**EXERCISE DIRECTIONS:** Transcribe exactly the first line of the listing below and each line that follows it, ending with the line that contains "#8=(LENGTH_UNIT()NAMED_UNIT(*)SI_UNIT(.MILLI.,.METRE.));", and omit the remainder.

**DATA FOR THE TASK:**

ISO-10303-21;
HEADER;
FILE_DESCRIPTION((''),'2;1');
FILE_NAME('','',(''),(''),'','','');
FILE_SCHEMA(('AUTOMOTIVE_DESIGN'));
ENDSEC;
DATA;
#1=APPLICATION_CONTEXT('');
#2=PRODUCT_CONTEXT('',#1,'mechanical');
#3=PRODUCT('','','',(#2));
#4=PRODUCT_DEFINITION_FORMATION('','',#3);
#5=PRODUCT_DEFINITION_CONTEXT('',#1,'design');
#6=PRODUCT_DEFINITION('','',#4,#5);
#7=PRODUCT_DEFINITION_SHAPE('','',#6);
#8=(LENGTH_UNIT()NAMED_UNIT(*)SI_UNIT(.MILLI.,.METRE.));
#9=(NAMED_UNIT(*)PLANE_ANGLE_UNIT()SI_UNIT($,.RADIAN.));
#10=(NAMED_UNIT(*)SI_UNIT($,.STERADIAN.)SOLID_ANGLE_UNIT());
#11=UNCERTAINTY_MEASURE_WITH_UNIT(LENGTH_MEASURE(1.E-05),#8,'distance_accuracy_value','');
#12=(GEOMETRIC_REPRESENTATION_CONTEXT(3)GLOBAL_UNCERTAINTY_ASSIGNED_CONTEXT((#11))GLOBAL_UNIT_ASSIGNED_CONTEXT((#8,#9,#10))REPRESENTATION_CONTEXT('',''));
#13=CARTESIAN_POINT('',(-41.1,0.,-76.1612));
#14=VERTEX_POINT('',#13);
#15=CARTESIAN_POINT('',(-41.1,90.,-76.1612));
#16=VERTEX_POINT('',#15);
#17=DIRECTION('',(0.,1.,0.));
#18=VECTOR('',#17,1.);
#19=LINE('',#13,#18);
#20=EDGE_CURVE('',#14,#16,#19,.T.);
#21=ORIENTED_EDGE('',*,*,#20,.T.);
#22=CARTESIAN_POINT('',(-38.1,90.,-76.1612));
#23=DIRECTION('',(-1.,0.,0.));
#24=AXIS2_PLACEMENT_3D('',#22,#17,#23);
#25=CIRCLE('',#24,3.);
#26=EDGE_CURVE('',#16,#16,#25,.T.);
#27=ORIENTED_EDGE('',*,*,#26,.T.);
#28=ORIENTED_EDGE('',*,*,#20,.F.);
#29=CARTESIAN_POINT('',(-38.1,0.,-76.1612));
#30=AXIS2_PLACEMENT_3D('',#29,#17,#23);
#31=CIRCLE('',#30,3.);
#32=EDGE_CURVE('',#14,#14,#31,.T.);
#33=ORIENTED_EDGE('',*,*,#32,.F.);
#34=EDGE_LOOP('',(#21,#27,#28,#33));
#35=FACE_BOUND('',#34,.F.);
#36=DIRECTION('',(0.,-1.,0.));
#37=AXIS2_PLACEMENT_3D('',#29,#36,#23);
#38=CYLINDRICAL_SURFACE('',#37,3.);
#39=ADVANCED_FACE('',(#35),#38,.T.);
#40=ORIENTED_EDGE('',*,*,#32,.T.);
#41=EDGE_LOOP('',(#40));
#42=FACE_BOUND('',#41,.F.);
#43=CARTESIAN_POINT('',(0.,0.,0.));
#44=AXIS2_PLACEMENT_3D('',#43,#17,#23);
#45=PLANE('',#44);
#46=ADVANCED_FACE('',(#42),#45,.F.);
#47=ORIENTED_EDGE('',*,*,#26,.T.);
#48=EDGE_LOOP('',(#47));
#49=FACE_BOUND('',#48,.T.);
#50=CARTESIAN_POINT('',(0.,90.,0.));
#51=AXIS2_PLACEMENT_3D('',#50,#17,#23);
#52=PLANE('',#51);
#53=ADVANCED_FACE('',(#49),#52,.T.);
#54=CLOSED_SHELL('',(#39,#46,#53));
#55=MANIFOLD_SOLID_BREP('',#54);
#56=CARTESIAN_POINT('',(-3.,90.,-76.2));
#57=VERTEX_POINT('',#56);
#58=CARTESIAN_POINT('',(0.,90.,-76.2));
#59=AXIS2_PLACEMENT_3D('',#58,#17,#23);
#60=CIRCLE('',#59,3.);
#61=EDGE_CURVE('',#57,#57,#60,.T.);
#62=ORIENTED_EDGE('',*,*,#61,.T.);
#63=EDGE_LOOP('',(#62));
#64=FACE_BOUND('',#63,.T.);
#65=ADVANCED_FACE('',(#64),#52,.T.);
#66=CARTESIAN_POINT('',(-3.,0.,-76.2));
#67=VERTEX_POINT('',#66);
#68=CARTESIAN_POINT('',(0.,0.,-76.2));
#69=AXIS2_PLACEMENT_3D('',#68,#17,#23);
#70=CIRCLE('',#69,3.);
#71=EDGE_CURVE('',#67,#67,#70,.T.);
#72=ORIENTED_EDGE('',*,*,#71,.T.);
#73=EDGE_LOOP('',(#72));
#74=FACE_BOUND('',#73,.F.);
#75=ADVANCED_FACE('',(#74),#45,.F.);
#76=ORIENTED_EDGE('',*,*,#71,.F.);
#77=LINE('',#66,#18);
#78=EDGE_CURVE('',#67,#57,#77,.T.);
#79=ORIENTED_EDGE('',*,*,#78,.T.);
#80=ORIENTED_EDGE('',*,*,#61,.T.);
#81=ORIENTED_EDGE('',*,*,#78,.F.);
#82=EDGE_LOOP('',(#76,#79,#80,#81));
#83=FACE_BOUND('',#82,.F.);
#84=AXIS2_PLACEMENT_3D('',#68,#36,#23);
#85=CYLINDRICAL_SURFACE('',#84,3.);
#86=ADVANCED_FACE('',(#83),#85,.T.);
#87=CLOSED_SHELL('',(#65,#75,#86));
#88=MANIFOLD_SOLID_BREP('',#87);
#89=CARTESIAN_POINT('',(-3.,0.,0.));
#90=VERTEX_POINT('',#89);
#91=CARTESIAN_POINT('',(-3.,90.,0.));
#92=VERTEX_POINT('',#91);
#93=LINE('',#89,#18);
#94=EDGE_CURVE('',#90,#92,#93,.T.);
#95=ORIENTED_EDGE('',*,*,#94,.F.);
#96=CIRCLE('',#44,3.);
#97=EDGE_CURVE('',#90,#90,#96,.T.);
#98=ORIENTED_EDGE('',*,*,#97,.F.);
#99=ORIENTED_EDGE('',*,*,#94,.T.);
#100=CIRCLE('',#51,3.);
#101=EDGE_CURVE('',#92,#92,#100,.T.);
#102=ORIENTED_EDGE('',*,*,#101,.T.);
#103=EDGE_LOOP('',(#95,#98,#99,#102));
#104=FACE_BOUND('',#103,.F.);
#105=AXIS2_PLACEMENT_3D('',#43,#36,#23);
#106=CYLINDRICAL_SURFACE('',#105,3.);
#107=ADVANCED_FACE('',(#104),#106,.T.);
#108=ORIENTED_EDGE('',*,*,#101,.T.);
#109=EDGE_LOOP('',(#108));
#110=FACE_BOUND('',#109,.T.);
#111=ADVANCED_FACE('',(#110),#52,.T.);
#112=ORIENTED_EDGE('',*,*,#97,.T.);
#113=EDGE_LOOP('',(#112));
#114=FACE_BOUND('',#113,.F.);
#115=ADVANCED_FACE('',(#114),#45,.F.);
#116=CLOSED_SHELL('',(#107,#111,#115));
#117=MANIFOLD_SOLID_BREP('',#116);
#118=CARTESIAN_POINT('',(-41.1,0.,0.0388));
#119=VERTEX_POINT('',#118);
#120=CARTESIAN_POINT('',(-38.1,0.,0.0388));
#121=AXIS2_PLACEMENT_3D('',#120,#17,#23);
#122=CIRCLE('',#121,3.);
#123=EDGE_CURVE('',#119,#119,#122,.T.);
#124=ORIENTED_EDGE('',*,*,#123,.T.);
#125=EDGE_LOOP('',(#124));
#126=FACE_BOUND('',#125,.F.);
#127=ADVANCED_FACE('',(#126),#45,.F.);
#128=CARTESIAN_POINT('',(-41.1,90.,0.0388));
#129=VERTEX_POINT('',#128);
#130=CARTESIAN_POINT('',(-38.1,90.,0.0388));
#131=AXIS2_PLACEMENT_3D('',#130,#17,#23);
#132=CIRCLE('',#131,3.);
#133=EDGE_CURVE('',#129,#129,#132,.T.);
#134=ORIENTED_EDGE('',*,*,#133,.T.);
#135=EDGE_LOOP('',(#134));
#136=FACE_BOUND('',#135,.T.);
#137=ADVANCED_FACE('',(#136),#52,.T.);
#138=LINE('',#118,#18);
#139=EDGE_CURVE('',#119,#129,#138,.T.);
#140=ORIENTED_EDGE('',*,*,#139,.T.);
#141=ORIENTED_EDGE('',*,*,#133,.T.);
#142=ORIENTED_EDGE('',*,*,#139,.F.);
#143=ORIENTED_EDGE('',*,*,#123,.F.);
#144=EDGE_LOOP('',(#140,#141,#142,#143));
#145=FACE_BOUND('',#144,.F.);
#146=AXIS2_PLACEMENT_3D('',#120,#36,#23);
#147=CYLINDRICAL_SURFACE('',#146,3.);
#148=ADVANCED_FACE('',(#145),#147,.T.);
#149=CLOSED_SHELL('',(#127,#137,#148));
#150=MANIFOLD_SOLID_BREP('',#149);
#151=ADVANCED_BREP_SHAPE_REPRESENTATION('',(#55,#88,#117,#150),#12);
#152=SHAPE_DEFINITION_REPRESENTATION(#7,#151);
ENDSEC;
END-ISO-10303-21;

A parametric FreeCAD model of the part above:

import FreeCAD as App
import Part
import Sketcher

V = App.Vector
Q = App.Units.Quantity

doc = App.newDocument("Part")
body = doc.addObject("PartDesign::Body", "Body")
body.AllowCompound = True

sketch1 = doc.addObject("Sketcher::SketchObject", "Sketch")
body.addObject(sketch1)
sketch1.AttachmentSupport = (doc.XZ_Plane, [""])
sketch1.MapMode = "FlatFace"
sketch1.addGeometry([
    Part.Circle(V(0, 0, 0), V(0, 0, 1), 3),
    Part.Circle(V(-38.1, 0.0388, 0), V(0, 0, 1), 3),
    Part.Circle(V(0, -76.2, 0), V(0, 0, 1), 3),
    Part.Circle(V(-38.1, -76.1612, 0), V(0, 0, 1), 3),
], False)
sketch1.addConstraint([
    Sketcher.Constraint("Coincident", 0, 3, -1, 1),
    Sketcher.Constraint("Equal", 0, 1),
    Sketcher.Constraint("Equal", 1, 2),
    Sketcher.Constraint("Equal", 2, 3),
    Sketcher.Constraint("PointOnObject", 2, 3, -2),
    Sketcher.Constraint("Vertical", 1, 3, 3, 3),
    Sketcher.Constraint("Diameter", 0, Q("6 mm")),
    Sketcher.Constraint("DistanceX", 1, 3, -1, 1, Q("38.1 mm")),
    Sketcher.Constraint("DistanceY", 2, 3, -1, 1, Q("76.2 mm")),
    Sketcher.Constraint("DistanceY", 3, 3, 1, 3, Q("76.2 mm")),
    Sketcher.Constraint("DistanceY", -1, 1, 1, 3, Q("0.0388 mm")),
])
pad1 = doc.addObject("PartDesign::Pad", "Pad")
body.addObject(pad1)
pad1.Profile = sketch1
pad1.Length = 90
pad1.Reversed = True

doc.recompute()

**RESULT OF THE EXERCISE:**
ISO-10303-21;
HEADER;
FILE_DESCRIPTION((''),'2;1');
FILE_NAME('','',(''),(''),'','','');
FILE_SCHEMA(('AUTOMOTIVE_DESIGN'));
ENDSEC;
DATA;
#1=APPLICATION_CONTEXT('');
#2=PRODUCT_CONTEXT('',#1,'mechanical');
#3=PRODUCT('','','',(#2));
#4=PRODUCT_DEFINITION_FORMATION('','',#3);
#5=PRODUCT_DEFINITION_CONTEXT('',#1,'design');
#6=PRODUCT_DEFINITION('','',#4,#5);
#7=PRODUCT_DEFINITION_SHAPE('','',#6);
#8=(LENGTH_UNIT()NAMED_UNIT(*)SI_UNIT(.MILLI.,.METRE.));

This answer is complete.